AI Agents Are Making Security Playbooks Obsolete. Identity Is the Fix.
Security teams built their rules for humans clicking buttons. AI agents click a thousand buttons a second, and the old playbook cannot keep up.

Key points
- AI agents now act inside company systems at machine speed, creating identities and permissions faster than security teams can track them.
- Token Security argues that traditional security workflows, designed for human-paced changes, cannot handle the volume or unpredictability of agent activity.
- The proposed fix is a live identity foundation: a real-time map of every human, machine, and AI identity operating in a company's cloud.
- Security teams need custom workflows built on that foundation, not one-size-fits-all rules, because every environment runs agents differently.
- The shift matters because agent sprawl, meaning uncontrolled growth of AI accounts and their access, is already outpacing manual review at most large companies.
Security teams have a new problem, and it does not look like a hacker in a hoodie.
It looks like a helpful AI assistant, quietly spinning up accounts, requesting access to files, and calling other software tools on behalf of employees. Thousands of times an hour. Without asking.
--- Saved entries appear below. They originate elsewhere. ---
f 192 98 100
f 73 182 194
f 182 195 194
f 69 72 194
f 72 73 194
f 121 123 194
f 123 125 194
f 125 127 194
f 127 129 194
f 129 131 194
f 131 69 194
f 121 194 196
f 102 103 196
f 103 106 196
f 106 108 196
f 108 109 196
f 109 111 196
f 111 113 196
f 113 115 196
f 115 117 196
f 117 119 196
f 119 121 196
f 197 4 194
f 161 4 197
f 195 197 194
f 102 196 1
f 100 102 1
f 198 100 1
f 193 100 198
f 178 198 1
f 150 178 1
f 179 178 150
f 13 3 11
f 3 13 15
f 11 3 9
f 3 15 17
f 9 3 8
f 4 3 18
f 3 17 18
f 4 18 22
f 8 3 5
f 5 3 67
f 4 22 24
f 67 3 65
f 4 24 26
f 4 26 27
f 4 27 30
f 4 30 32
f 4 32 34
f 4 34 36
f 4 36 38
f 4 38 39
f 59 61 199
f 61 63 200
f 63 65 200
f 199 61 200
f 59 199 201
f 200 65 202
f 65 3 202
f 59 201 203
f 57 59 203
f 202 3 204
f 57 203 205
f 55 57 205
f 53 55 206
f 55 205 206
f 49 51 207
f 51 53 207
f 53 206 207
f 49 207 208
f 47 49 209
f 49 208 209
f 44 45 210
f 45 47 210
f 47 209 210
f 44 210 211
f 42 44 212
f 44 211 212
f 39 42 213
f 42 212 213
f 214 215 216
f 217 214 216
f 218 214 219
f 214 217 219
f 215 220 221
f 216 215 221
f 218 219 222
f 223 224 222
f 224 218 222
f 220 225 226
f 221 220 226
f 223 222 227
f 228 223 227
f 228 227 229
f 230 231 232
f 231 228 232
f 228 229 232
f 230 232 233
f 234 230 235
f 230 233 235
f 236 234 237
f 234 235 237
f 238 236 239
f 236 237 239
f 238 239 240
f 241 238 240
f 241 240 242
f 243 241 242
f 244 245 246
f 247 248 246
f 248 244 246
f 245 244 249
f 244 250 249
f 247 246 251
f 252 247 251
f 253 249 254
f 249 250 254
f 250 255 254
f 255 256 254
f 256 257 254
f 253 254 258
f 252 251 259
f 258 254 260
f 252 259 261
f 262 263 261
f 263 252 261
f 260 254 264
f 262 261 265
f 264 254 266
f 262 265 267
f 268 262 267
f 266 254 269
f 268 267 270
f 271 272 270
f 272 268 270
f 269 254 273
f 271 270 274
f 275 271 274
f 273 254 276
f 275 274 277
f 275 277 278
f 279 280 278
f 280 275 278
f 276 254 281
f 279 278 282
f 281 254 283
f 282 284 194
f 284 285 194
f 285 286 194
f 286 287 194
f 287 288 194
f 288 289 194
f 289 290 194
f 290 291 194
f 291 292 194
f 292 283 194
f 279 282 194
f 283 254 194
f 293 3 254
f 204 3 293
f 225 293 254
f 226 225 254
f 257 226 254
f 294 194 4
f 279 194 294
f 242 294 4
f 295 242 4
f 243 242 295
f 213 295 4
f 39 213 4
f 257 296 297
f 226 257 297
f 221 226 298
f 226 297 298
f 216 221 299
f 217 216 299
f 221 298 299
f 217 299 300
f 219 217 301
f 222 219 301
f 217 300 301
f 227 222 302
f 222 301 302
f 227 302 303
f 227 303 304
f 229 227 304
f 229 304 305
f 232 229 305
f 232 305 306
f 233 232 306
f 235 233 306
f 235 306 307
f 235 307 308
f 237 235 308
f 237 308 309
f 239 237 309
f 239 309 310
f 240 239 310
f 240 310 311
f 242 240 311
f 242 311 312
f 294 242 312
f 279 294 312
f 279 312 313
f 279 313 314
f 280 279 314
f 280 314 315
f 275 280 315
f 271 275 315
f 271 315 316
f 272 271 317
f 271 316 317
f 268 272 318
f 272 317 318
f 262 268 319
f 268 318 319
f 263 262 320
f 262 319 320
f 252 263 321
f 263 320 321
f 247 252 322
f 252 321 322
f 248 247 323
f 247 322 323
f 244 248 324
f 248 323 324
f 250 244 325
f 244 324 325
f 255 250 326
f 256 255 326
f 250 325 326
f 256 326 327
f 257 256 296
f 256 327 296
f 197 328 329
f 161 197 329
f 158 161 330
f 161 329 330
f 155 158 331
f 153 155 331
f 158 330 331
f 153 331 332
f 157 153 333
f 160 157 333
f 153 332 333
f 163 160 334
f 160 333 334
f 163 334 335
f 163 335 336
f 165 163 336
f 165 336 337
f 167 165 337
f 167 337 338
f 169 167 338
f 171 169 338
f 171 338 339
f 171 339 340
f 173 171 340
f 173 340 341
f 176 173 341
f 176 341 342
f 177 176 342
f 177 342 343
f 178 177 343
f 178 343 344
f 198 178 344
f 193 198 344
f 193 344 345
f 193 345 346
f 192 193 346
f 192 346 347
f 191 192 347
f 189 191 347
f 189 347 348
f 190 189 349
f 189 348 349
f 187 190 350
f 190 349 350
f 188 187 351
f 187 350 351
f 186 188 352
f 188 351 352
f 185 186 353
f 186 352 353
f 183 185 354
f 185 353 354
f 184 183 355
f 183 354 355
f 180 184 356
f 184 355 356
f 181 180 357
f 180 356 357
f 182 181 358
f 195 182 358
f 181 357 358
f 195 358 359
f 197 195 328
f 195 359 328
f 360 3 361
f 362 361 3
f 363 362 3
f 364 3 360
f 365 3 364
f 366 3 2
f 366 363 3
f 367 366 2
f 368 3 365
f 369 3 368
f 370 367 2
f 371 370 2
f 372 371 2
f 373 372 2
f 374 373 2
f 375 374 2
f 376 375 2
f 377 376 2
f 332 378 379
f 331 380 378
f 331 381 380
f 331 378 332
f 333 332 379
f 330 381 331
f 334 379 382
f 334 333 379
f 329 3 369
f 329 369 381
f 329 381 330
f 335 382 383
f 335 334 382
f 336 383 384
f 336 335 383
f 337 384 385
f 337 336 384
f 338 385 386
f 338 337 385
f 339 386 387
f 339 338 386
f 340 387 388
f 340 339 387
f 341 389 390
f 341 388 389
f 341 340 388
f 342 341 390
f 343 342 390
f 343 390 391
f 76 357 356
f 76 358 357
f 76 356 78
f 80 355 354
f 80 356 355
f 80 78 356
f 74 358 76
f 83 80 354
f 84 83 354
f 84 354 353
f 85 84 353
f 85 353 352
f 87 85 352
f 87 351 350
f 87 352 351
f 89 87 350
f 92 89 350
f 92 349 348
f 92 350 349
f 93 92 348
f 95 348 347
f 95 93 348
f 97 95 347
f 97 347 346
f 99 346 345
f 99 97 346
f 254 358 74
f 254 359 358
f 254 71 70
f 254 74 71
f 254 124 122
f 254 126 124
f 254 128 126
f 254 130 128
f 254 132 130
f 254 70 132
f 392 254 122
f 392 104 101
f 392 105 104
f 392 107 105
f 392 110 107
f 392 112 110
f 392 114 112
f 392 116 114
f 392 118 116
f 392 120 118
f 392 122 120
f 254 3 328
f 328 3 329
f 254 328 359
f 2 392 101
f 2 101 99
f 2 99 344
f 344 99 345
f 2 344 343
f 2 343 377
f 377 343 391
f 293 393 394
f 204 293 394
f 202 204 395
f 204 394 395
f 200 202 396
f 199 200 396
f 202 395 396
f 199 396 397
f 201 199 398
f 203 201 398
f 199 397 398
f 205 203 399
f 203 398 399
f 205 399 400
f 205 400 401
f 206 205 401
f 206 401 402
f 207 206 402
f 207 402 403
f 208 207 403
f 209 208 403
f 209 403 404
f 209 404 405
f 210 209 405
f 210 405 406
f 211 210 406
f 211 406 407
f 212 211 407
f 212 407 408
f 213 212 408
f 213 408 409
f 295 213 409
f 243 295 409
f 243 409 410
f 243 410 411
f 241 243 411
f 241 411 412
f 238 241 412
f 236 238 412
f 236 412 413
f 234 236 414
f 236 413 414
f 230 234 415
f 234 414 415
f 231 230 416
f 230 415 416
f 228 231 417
AI agents, meaning software programs that use large language models to take actions on their own, are now embedded across corporate systems. They read email, they query databases, they trigger payments. And they do all of it under identities that most security teams have no clean way to see, let alone govern.
Token Security, an identity security vendor, laid out the problem in a piece first covered by BleepingComputer. The old playbook, they argue, is broken.
Why can't existing security tools handle AI agents?
Because those tools assume a human is on the other end.
Traditional identity and access management, the systems that decide who can log in and open what, were designed around people. A person joins the company, gets an account, is added to a few groups, and eventually leaves. That whole lifecycle happens at human speed: days, weeks, months.
An AI agent moves at machine speed. It can create sub-agents, request new permissions, and connect to external services in seconds. It can do this hundreds of times before a security analyst has finished their coffee.
The usual controls, quarterly access reviews and manual approvals, are simply too slow. By the time anyone reviews an agent's access, the agent has already done the work, moved on, or been replaced by a newer version.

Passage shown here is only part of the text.